* **What you need to do**:
From the entries below, reproduce exactly the line containing "#15=CARTESIAN_POINT('',(16.588608,0.,0.));", the line containing "#26=CARTESIAN_POINT('',(11.588608,0.,0.));", and every line in between, with nothing added.

* **Material for this exercise**:
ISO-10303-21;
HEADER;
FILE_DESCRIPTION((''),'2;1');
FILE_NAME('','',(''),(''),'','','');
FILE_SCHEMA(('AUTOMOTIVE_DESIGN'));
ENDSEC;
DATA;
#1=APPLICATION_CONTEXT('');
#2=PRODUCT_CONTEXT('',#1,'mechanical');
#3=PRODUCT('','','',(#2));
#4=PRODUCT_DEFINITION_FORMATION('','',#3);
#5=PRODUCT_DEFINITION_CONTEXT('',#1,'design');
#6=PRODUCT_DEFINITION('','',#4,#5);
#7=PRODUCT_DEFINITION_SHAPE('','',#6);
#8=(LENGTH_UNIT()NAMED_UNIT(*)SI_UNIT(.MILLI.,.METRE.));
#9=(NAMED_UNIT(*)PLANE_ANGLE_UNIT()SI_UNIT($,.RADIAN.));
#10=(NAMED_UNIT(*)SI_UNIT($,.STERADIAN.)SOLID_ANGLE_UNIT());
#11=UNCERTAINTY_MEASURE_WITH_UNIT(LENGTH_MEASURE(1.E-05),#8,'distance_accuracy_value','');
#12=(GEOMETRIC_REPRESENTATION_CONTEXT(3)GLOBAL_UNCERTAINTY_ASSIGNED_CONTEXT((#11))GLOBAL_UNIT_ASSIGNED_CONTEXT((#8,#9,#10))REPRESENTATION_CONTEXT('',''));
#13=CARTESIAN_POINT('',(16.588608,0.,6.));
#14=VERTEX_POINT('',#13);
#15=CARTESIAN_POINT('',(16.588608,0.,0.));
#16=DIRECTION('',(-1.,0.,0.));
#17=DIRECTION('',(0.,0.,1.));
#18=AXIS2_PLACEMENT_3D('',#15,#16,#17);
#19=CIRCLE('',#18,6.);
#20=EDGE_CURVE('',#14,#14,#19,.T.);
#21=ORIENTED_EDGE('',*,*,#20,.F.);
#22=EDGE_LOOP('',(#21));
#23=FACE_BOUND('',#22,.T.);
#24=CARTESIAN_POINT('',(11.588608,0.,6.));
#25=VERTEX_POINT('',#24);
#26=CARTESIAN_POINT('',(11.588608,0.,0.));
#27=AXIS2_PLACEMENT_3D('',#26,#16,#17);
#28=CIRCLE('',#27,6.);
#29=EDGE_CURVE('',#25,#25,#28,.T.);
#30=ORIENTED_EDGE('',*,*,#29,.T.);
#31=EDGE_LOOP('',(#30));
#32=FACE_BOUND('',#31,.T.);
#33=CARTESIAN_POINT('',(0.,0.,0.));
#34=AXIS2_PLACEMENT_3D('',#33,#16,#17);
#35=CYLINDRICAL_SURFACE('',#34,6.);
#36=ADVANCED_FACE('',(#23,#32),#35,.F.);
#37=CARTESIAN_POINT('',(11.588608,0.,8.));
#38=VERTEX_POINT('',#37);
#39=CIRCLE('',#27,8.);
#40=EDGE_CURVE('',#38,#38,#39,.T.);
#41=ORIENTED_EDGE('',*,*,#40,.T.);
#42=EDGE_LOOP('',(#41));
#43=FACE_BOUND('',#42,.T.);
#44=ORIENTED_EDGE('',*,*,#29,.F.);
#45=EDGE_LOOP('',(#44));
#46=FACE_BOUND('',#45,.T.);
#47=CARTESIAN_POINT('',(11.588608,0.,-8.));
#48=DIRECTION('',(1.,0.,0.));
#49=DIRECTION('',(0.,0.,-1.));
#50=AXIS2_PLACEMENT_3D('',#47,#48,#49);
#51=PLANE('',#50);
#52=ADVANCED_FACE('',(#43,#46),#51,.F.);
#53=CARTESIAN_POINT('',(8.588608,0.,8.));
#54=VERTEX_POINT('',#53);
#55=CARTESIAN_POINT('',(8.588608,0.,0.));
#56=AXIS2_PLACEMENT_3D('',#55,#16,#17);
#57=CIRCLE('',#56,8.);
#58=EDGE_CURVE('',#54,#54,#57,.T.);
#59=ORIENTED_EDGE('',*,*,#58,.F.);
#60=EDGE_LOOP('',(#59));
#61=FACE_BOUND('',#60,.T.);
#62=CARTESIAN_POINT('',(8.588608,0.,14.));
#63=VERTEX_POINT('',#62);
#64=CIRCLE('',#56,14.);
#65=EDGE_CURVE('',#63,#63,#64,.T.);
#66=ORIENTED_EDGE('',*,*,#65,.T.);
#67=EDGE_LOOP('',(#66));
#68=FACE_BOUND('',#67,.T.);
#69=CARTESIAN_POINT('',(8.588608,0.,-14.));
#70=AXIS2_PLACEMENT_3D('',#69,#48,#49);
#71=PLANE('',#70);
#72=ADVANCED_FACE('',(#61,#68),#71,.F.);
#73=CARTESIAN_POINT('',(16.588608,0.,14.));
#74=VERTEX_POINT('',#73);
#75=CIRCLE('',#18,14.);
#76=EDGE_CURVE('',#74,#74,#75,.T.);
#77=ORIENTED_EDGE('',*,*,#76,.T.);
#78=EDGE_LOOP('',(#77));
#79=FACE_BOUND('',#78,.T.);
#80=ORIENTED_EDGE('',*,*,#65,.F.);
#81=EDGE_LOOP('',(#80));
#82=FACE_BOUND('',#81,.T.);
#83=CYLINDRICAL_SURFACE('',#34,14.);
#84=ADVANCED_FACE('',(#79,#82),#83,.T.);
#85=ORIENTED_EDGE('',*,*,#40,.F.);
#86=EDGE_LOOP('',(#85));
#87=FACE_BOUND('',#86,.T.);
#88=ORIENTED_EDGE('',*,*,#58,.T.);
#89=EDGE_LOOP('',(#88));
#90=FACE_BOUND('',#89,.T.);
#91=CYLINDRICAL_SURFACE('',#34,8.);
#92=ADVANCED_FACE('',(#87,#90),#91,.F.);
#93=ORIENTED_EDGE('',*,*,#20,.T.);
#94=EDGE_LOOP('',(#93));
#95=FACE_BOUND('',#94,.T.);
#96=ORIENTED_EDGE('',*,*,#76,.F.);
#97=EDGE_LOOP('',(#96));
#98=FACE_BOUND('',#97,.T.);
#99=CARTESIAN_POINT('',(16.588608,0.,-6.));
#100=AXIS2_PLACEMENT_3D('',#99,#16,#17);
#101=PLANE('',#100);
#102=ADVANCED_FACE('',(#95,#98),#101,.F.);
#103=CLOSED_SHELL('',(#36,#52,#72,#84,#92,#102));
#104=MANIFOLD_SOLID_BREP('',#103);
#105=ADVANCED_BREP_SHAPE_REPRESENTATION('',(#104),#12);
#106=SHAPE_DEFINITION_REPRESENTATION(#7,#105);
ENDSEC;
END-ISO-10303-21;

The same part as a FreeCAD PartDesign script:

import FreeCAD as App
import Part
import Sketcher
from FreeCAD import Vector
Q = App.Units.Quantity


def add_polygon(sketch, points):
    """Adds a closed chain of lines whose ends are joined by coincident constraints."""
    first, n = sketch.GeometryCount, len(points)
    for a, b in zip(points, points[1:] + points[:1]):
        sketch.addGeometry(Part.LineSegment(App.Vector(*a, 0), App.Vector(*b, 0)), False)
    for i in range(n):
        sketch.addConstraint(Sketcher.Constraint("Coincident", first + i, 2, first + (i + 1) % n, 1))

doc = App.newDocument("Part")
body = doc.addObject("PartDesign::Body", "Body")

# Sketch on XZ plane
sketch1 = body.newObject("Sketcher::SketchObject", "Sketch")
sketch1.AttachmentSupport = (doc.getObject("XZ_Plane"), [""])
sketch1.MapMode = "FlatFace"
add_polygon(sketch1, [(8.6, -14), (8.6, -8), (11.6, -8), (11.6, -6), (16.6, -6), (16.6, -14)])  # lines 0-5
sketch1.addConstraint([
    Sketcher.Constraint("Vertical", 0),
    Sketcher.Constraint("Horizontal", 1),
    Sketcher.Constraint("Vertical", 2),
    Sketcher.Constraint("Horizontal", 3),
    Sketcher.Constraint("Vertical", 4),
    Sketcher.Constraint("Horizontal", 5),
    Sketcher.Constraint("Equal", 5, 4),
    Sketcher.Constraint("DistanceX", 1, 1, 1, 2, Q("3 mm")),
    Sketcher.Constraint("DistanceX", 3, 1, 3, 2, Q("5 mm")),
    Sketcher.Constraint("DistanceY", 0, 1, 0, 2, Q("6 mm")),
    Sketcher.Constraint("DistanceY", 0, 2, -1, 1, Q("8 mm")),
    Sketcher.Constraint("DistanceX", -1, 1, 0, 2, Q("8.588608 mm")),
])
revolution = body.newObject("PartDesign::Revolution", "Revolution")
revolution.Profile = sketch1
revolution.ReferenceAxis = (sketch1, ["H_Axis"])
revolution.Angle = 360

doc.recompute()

* **Solution for this exercise**:
#15=CARTESIAN_POINT('',(16.588608,0.,0.));
#16=DIRECTION('',(-1.,0.,0.));
#17=DIRECTION('',(0.,0.,1.));
#18=AXIS2_PLACEMENT_3D('',#15,#16,#17);
#19=CIRCLE('',#18,6.);
#20=EDGE_CURVE('',#14,#14,#19,.T.);
#21=ORIENTED_EDGE('',*,*,#20,.F.);
#22=EDGE_LOOP('',(#21));
#23=FACE_BOUND('',#22,.T.);
#24=CARTESIAN_POINT('',(11.588608,0.,6.));
#25=VERTEX_POINT('',#24);
#26=CARTESIAN_POINT('',(11.588608,0.,0.));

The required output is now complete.